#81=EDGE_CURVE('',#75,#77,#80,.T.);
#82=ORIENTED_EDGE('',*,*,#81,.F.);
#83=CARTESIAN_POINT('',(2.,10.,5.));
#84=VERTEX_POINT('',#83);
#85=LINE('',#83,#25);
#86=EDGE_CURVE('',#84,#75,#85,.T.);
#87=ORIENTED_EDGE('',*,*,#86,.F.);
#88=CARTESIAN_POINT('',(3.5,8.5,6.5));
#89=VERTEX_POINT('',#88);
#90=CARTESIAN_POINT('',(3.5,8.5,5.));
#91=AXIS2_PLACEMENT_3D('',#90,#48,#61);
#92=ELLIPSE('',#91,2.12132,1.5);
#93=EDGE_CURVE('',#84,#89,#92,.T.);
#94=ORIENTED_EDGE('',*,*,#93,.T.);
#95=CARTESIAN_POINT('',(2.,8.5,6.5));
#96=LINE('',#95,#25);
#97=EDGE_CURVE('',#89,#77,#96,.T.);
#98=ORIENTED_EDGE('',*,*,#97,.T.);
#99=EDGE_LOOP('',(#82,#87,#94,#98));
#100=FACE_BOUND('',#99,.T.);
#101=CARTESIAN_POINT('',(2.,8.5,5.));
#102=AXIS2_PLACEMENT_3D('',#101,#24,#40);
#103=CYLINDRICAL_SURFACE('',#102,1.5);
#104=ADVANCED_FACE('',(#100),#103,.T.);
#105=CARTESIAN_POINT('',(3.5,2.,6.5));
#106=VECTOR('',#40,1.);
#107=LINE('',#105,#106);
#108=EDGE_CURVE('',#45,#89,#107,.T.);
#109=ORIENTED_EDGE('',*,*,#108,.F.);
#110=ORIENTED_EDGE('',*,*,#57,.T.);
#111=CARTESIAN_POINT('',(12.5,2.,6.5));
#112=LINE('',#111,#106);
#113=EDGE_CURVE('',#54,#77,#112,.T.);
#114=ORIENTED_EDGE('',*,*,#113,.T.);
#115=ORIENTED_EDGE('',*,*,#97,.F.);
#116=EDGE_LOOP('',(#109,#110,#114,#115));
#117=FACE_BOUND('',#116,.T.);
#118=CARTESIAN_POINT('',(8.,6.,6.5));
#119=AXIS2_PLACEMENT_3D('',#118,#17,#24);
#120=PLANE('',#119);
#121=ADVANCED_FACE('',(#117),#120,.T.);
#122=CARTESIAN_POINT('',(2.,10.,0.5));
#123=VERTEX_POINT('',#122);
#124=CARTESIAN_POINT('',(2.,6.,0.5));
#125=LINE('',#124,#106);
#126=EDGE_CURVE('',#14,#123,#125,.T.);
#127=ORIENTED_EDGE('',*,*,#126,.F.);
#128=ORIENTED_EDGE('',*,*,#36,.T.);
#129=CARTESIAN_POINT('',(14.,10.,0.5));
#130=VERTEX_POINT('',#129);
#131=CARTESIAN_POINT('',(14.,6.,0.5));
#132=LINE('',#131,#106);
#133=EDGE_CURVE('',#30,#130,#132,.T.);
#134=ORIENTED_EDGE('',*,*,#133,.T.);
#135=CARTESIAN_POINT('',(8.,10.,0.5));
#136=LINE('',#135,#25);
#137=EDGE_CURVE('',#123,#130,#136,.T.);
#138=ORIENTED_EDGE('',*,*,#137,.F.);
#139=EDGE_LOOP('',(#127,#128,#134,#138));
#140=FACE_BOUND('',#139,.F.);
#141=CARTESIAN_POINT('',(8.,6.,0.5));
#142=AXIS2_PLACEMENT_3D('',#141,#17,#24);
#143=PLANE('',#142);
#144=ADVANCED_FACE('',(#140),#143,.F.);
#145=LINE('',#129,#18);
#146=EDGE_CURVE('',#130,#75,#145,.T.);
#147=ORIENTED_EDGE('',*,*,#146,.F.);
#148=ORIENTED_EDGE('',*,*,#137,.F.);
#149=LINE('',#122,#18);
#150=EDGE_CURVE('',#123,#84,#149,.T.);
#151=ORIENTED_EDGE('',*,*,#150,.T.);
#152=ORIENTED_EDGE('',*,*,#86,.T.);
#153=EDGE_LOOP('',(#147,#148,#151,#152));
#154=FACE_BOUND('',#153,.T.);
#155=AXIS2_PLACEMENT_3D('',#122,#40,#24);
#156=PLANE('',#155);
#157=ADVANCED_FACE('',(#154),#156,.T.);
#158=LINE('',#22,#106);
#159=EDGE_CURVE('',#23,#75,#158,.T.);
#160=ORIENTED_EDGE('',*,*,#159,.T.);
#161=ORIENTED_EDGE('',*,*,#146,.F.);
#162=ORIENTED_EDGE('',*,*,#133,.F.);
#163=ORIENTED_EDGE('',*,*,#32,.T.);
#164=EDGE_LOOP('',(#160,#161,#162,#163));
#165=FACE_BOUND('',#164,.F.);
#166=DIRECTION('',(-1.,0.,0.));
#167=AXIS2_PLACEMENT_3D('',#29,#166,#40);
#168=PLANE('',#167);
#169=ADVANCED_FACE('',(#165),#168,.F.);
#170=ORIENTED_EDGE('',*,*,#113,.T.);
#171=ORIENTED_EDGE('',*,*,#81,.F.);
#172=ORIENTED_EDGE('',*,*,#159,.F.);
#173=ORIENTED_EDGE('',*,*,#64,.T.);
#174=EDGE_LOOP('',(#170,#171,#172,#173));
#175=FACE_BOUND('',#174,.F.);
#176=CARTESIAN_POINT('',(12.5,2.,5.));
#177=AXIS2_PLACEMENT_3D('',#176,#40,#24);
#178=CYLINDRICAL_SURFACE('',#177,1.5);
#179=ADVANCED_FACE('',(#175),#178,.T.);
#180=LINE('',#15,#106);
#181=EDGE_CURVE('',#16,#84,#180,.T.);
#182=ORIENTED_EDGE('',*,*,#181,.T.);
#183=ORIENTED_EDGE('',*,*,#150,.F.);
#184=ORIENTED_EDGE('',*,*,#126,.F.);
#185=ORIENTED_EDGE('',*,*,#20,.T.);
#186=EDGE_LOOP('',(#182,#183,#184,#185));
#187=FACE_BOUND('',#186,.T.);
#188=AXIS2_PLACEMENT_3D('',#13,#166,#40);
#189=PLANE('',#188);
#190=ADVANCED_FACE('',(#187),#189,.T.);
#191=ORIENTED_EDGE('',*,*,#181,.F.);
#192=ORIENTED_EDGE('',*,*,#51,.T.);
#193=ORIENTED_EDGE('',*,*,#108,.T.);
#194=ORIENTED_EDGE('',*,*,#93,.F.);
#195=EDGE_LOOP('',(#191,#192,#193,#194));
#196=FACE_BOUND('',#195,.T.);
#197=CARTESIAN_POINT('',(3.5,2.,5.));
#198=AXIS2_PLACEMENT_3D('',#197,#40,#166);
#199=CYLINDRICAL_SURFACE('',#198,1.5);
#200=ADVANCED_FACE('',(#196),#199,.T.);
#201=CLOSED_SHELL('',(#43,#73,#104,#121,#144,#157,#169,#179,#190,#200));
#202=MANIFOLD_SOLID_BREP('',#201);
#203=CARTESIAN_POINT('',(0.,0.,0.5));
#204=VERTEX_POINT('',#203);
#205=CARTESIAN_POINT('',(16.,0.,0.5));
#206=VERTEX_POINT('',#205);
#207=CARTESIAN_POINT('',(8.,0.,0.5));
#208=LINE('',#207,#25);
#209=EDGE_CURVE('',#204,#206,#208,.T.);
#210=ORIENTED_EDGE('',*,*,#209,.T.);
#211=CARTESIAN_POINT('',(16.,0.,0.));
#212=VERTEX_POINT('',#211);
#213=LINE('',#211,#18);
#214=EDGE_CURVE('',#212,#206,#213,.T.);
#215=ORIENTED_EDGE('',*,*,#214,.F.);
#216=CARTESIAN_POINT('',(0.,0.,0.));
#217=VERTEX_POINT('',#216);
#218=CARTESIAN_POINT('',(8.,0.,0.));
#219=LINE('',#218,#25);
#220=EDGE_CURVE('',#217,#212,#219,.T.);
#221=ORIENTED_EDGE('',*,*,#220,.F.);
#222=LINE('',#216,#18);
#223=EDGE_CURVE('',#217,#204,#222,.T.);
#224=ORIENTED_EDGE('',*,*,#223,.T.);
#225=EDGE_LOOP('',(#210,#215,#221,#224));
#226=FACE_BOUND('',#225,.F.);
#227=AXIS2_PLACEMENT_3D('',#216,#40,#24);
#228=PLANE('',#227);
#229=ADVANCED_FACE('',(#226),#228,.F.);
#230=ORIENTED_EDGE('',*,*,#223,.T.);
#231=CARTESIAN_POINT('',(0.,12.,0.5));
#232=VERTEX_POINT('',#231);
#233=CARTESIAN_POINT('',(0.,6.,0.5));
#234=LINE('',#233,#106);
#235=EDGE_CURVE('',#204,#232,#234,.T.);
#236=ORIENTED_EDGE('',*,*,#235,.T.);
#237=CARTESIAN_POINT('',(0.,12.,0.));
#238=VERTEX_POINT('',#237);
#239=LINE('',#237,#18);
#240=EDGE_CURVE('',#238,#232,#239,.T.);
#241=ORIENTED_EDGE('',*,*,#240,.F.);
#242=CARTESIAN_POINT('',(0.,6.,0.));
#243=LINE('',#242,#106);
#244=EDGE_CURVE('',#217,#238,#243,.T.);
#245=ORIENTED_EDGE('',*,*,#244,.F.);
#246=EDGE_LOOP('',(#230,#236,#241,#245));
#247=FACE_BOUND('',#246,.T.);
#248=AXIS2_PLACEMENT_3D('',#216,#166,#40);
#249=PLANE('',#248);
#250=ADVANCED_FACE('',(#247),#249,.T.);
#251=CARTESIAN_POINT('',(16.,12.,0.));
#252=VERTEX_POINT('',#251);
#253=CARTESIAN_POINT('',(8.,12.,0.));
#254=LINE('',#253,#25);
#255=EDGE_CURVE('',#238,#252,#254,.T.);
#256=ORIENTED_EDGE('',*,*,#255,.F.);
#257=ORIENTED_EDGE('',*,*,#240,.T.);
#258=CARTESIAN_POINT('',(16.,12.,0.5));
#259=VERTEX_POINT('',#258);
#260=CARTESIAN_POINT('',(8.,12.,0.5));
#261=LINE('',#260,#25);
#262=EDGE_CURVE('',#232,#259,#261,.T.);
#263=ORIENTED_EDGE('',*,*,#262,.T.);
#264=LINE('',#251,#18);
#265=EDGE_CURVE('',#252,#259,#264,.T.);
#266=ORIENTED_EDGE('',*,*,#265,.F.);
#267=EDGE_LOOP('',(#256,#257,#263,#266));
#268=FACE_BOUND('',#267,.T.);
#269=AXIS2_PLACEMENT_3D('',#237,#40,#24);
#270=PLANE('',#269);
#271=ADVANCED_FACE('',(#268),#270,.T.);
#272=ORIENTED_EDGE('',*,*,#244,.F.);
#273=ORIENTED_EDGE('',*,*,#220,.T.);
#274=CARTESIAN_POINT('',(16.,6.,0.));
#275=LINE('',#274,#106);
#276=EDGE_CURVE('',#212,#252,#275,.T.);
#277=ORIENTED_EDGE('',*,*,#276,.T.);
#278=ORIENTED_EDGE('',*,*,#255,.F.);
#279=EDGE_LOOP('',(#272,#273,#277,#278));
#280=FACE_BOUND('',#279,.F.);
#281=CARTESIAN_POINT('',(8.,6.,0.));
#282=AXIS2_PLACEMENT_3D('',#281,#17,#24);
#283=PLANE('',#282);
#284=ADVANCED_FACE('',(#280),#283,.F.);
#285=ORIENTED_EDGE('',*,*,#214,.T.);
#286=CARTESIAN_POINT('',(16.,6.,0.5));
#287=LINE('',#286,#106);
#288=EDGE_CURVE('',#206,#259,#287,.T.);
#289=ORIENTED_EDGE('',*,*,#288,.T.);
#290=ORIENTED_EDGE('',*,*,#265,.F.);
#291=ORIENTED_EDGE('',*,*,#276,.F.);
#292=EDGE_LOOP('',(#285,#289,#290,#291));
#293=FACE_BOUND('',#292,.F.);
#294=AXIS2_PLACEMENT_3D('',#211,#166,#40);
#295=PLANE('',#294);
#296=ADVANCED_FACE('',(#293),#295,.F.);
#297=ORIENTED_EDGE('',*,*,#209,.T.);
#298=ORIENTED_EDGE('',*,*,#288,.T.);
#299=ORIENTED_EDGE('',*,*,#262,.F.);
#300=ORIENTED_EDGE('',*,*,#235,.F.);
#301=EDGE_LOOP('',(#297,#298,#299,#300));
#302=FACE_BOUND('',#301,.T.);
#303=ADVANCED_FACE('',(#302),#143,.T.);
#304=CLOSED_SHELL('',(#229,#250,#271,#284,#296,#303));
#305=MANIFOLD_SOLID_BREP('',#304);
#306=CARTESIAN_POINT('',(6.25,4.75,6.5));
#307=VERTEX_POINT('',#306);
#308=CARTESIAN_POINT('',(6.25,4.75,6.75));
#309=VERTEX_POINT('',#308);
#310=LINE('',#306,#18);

==*==

▶ _Exercise directions_
Since only part of the listing is wanted, copy exactly the lines from the one holding "#166=DIRECTION('',(-1.,0.,0.));" to the one holding "#189=PLANE('',#188);", both included.

▶ _Expected answer_
#166=DIRECTION('',(-1.,0.,0.));
#167=AXIS2_PLACEMENT_3D('',#29,#166,#40);
#168=PLANE('',#167);
#169=ADVANCED_FACE('',(#165),#168,.F.);
#170=ORIENTED_EDGE('',*,*,#113,.T.);
#171=ORIENTED_EDGE('',*,*,#81,.F.);
#172=ORIENTED_EDGE('',*,*,#159,.F.);
#173=ORIENTED_EDGE('',*,*,#64,.T.);
#174=EDGE_LOOP('',(#170,#171,#172,#173));
#175=FACE_BOUND('',#174,.F.);
#176=CARTESIAN_POINT('',(12.5,2.,5.));
#177=AXIS2_PLACEMENT_3D('',#176,#40,#24);
#178=CYLINDRICAL_SURFACE('',#177,1.5);
#179=ADVANCED_FACE('',(#175),#178,.T.);
#180=LINE('',#15,#106);
#181=EDGE_CURVE('',#16,#84,#180,.T.);
#182=ORIENTED_EDGE('',*,*,#181,.T.);
#183=ORIENTED_EDGE('',*,*,#150,.F.);
#184=ORIENTED_EDGE('',*,*,#126,.F.);
#185=ORIENTED_EDGE('',*,*,#20,.T.);
#186=EDGE_LOOP('',(#182,#183,#184,#185));
#187=FACE_BOUND('',#186,.T.);
#188=AXIS2_PLACEMENT_3D('',#13,#166,#40);
#189=PLANE('',#188);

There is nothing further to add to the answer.